JOE MADDON: You know what? No, not yet. We’re talking about that on the way over here. Remember the book “Blink,” you guys read “Blink” yet? Got to read “Blink”. Anyway, it’s about thick slices and thin slices. Put all this stuff in the back of your brain. Kind of like cooking in that stew pot. So all I’ve been doing is like gathering portions for the pot right now. As we get closer to this moment, we’ll start doing the doodling kind of stuff, putting it on paper. Right now it’s all just in the pot and just trying to gather as much information as I possibly can, listening to as many people as I can and think when it comes down to it all of a sudden, boom, all these answers present themselves to you if you really do the homework. That’s like how I want to approach it. You have things up in the air, there’s going to be a little bit of uncertainty, yes.

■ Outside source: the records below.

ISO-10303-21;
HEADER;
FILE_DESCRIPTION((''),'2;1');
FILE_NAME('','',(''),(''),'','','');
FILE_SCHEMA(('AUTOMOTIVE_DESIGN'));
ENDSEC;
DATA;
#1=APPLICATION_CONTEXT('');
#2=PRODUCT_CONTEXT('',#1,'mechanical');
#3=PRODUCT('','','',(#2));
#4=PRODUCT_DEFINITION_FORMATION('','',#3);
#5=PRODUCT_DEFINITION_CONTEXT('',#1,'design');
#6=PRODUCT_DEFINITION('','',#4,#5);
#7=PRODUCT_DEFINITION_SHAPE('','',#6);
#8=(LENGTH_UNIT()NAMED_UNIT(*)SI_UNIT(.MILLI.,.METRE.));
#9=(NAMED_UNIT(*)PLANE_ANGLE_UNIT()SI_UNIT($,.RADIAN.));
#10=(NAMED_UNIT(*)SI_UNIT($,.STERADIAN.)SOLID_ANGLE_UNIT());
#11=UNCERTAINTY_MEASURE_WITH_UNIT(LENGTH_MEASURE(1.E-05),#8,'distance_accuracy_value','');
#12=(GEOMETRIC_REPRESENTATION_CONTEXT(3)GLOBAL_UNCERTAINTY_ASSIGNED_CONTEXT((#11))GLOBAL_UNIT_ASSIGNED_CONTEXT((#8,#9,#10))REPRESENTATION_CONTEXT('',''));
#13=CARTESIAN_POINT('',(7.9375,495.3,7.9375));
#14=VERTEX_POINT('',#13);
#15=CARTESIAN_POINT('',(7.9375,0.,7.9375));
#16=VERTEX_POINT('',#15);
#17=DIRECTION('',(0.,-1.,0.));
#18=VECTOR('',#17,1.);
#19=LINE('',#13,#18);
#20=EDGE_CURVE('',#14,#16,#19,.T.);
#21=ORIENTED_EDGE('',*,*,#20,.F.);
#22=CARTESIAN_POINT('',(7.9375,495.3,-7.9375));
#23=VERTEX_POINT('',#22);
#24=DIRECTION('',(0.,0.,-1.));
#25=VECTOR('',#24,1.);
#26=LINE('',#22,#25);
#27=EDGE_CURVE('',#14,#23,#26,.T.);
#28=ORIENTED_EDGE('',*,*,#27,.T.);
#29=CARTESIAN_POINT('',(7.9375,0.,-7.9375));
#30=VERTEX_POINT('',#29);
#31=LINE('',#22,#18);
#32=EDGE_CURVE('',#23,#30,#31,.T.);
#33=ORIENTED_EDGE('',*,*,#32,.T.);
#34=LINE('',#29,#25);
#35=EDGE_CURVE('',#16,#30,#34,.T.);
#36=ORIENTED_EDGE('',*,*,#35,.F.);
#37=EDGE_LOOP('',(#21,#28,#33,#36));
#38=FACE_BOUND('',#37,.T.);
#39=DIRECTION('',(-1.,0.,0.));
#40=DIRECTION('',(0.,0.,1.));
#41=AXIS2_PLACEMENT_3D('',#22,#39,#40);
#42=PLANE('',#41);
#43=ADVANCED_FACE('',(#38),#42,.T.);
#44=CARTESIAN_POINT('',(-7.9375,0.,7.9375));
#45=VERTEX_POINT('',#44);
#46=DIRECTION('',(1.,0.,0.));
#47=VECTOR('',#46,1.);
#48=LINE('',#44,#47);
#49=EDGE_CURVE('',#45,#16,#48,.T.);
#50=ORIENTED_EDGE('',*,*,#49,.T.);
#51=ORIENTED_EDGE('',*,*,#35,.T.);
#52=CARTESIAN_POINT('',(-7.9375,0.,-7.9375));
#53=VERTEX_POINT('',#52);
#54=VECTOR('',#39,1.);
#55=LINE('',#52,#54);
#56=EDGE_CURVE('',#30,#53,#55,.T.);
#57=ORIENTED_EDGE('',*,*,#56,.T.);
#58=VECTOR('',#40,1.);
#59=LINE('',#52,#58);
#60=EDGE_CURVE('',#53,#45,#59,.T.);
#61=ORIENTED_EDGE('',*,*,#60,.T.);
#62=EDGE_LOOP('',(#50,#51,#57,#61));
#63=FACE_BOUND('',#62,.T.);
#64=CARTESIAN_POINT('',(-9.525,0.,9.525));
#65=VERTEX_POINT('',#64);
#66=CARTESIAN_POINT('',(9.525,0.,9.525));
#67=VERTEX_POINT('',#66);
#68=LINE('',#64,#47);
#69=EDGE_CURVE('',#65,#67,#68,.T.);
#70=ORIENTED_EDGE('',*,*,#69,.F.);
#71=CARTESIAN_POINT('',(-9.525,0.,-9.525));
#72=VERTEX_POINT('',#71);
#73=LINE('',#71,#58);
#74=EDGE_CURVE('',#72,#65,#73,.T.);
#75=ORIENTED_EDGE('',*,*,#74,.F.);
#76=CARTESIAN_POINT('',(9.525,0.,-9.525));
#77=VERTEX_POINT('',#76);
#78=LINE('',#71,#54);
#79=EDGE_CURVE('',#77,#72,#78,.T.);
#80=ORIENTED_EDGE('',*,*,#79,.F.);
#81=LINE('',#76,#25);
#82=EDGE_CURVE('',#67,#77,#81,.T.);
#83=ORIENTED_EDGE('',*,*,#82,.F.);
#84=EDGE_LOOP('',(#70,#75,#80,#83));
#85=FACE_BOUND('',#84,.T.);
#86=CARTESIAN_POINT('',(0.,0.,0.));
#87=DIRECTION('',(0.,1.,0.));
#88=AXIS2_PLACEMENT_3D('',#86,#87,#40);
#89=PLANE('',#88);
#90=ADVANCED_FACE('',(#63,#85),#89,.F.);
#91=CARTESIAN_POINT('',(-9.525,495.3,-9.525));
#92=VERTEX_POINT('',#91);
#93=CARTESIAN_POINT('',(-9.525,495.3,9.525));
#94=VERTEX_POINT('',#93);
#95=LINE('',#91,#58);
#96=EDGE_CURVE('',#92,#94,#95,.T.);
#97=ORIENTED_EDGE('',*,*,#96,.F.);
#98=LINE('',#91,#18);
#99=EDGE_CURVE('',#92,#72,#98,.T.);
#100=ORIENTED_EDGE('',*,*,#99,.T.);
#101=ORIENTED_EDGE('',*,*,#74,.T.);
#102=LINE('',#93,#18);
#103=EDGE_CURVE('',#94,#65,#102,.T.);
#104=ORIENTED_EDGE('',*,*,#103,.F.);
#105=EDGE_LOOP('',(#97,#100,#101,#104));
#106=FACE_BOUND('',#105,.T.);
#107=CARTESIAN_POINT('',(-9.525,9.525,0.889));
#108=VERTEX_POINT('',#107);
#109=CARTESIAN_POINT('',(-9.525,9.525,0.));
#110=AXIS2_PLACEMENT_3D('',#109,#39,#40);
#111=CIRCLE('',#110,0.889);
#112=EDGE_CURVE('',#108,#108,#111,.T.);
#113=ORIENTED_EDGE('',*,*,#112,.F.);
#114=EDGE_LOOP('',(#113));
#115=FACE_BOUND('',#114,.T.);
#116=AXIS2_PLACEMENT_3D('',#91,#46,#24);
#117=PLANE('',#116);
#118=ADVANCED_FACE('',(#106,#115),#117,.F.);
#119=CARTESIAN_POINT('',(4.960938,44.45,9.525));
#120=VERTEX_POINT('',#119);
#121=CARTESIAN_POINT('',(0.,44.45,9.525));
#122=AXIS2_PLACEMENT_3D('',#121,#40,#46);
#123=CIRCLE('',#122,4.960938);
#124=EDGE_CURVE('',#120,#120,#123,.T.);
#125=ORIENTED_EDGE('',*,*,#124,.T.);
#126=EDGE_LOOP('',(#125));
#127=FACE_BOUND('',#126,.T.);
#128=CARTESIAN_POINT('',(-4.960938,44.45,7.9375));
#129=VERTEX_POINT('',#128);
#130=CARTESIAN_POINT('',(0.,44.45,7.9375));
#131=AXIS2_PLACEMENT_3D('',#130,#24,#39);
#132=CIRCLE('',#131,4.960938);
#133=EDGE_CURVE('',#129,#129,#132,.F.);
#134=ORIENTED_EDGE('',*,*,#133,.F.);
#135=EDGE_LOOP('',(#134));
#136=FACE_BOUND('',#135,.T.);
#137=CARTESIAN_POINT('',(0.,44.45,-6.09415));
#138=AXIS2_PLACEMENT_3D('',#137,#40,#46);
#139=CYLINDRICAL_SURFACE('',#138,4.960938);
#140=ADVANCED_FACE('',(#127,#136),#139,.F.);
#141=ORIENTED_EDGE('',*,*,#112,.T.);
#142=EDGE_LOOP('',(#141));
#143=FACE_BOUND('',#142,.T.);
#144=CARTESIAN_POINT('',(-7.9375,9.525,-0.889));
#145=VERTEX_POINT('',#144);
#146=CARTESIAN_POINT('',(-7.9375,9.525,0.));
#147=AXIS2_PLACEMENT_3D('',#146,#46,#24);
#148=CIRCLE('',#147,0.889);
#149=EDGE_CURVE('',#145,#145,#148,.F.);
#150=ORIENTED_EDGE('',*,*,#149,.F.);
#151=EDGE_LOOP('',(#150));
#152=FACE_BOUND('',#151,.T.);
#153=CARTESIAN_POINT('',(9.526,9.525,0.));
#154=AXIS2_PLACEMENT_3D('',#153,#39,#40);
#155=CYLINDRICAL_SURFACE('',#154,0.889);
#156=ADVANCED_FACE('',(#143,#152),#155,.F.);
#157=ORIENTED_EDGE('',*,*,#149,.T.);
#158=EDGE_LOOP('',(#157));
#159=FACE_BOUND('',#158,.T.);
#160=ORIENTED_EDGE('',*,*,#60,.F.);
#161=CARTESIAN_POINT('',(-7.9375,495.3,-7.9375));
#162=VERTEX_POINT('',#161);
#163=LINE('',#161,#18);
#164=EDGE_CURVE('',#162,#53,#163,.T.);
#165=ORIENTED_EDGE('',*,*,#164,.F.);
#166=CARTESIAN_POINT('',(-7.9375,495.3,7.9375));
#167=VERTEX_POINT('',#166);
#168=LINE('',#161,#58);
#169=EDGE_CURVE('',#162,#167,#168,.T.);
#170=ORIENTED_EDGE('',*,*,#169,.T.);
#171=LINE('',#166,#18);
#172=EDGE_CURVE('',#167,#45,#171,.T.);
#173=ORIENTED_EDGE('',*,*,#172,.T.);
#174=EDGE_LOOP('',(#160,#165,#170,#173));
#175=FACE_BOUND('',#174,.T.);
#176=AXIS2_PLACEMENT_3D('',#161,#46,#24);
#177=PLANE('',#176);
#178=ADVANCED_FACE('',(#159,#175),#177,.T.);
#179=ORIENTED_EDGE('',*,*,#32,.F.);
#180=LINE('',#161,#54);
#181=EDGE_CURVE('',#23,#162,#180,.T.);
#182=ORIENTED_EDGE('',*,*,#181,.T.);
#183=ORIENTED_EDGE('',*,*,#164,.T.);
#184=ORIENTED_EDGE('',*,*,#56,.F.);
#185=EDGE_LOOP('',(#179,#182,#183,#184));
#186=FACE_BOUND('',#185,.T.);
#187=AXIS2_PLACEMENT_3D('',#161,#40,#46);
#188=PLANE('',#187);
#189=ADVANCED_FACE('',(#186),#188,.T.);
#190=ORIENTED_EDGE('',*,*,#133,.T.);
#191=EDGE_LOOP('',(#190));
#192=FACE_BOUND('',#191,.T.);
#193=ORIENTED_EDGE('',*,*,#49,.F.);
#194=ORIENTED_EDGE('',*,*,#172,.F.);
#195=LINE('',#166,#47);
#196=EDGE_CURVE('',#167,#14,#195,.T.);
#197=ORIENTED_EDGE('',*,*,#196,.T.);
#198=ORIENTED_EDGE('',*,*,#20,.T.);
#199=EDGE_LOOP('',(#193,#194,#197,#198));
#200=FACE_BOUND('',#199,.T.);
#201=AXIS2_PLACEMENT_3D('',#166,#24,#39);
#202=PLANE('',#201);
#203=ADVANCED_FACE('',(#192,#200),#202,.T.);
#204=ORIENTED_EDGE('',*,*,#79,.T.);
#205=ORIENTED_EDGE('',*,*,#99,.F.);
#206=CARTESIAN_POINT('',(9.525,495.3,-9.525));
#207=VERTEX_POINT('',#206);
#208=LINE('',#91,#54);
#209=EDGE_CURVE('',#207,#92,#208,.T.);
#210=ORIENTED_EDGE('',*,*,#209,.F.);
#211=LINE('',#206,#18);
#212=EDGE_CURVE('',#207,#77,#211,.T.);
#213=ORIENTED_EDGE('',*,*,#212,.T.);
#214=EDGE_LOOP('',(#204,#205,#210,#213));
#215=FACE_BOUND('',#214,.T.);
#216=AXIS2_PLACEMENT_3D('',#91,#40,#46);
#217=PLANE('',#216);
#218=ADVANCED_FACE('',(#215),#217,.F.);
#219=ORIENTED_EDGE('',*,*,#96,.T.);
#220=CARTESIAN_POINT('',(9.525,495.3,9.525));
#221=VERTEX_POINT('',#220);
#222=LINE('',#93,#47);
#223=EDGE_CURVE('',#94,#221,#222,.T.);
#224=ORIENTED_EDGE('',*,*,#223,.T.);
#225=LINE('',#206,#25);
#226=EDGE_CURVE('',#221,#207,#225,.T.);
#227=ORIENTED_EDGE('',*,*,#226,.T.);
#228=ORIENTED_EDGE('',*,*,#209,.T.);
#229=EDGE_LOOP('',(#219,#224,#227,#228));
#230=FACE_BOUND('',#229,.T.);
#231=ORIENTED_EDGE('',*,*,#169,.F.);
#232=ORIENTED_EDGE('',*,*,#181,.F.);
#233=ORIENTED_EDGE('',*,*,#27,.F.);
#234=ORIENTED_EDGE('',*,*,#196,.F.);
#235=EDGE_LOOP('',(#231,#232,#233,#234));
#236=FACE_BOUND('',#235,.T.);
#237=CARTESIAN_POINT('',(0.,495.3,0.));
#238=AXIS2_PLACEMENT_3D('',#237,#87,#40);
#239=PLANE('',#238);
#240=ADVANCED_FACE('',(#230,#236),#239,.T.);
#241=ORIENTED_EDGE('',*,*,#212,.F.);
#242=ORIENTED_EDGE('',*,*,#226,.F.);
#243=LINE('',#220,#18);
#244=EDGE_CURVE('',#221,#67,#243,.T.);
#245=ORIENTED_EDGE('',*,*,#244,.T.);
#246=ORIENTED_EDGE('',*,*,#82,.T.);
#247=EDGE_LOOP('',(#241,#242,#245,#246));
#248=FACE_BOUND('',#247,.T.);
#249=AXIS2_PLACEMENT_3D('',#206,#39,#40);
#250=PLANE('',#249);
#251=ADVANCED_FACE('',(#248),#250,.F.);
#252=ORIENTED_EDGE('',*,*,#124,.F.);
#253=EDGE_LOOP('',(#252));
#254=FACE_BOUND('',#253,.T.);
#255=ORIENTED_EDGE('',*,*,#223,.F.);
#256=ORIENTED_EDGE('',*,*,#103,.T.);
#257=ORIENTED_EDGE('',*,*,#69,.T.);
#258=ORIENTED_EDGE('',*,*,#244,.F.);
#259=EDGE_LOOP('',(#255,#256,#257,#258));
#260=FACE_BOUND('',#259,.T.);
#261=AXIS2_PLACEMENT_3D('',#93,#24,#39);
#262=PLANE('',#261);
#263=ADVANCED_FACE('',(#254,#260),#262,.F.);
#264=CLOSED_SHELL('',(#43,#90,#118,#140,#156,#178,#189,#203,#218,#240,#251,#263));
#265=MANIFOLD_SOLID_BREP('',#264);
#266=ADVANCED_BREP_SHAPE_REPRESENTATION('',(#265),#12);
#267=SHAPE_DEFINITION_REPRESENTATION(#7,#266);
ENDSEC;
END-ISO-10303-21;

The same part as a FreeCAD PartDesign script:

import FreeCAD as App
import Part
import Sketcher
from FreeCAD import Vector
Q = App.Units.Quantity

doc = App.newDocument("Part")
params = doc.addObject("Spreadsheet::Sheet", "Params")
for row, (alias, value) in enumerate([
    ("sketch1_width", "0.75 in"),
    ("sketch1_width2", "0.625 in"),
    ("pad1_length", "19.5 in"),
    ("sketch2_diameter", "0.390625 in"),
    ("pocket1_length", "0.0625 in"),
    ("sketch3_diameter", "0.07 in"),
], start=1):
    params.set(f"A{row}", alias)
    params.set(f"B{row}", "=" + value)
    params.setAlias(f"B{row}", alias)

body = doc.addObject("PartDesign::Body", "Body")

# Sketch on XZ plane
sketch1 = doc.addObject("Sketcher::SketchObject", "Sketch")
body.addObject(sketch1)
sketch1.AttachmentSupport = (doc.XZ_Plane, [""])
sketch1.MapMode = "FlatFace"
sketch1.addGeometry([
    Part.LineSegment(Vector(-10, -10, 0), Vector(-10, 10, 0)),  # 0
    Part.LineSegment(Vector(-10, 10, 0), Vector(10, 10, 0)),  # 1
    Part.LineSegment(Vector(10, 10, 0), Vector(10, -10, 0)),  # 2
    Part.LineSegment(Vector(10, -10, 0), Vector(-10, -10, 0)),  # 3
    Part.LineSegment(Vector(8, 8, 0), Vector(-8, 8, 0)),  # 4
    Part.LineSegment(Vector(-8, 8, 0), Vector(-8, -8, 0)),  # 5
    Part.LineSegment(Vector(-8, -8, 0), Vector(8, -8, 0)),  # 6
    Part.LineSegment(Vector(8, -8, 0), Vector(8, 8, 0)),  # 7
], False)
sketch1.addConstraint([
    Sketcher.Constraint("Coincident", 0, 2, 1, 1),
    Sketcher.Constraint("Coincident", 1, 2, 2, 1),
    Sketcher.Constraint("Coincident", 2, 2, 3, 1),
    Sketcher.Constraint("Coincident", 3, 2, 0, 1),
    Sketcher.Constraint("Coincident", 4, 2, 5, 1),
    Sketcher.Constraint("Coincident", 5, 2, 6, 1),
    Sketcher.Constraint("Coincident", 6, 2, 7, 1),
    Sketcher.Constraint("Coincident", 7, 2, 4, 1),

Q: “Blink,” who is that by?

JOE MADDON: Malcolm Gladwell, I think is the name.

Q: He’s from New York.

JOE MADDON: The thick slicing is basically the gathering of all the information, you got it in your mind. When it comes down this making a decision a lot of times you [inaudible]...that you believe to be a first impression by the seat of your pants but it isn’t. I really gathered all this stuff and basically reacted to the moment. If you can think in the moment it’s always a better way to do it. Obviously you talk about the season.

Josh Paul [a catcher for the team] recommended it to me and whenever JP recommends a book, I read it. He was absolutely right about this thing. It should be required reading for all coaches, I think, and a lot of players.

Q: Are you going to require your coaches to read it?

JOE MADDON: Some of the guys are really not readers, you know. Maybe I’ll get them a DVD.

Q: Get it on tape.

JOE MADDON: Pop this in your car on the way to the ballpark. That kind of thing. Yeah. I did tell [3rd base coach Tom] Foley to read it.

*****

I love Blink, which covers the nascent field of decision-making in a very accessible way. It is by Malcolm Gladwell, who also contributed the concept of the "tipping point" to the world. Blink is a breezy read, and presents slices of a lot of different research in an anecdotal style.


Thursday, December 08, 2005

The day

Dear Jeff,

Happy Birthday!!!!

We couldn't think of anything to get you, so we are designating you for assignment.

Many Happy Returns!!

Love,

Your friends at the Los Angeles Angels of Anaheim



I actually put Jeff's birthday on my calendar so I wouldn't forget it this year. Looks like that wasn't required.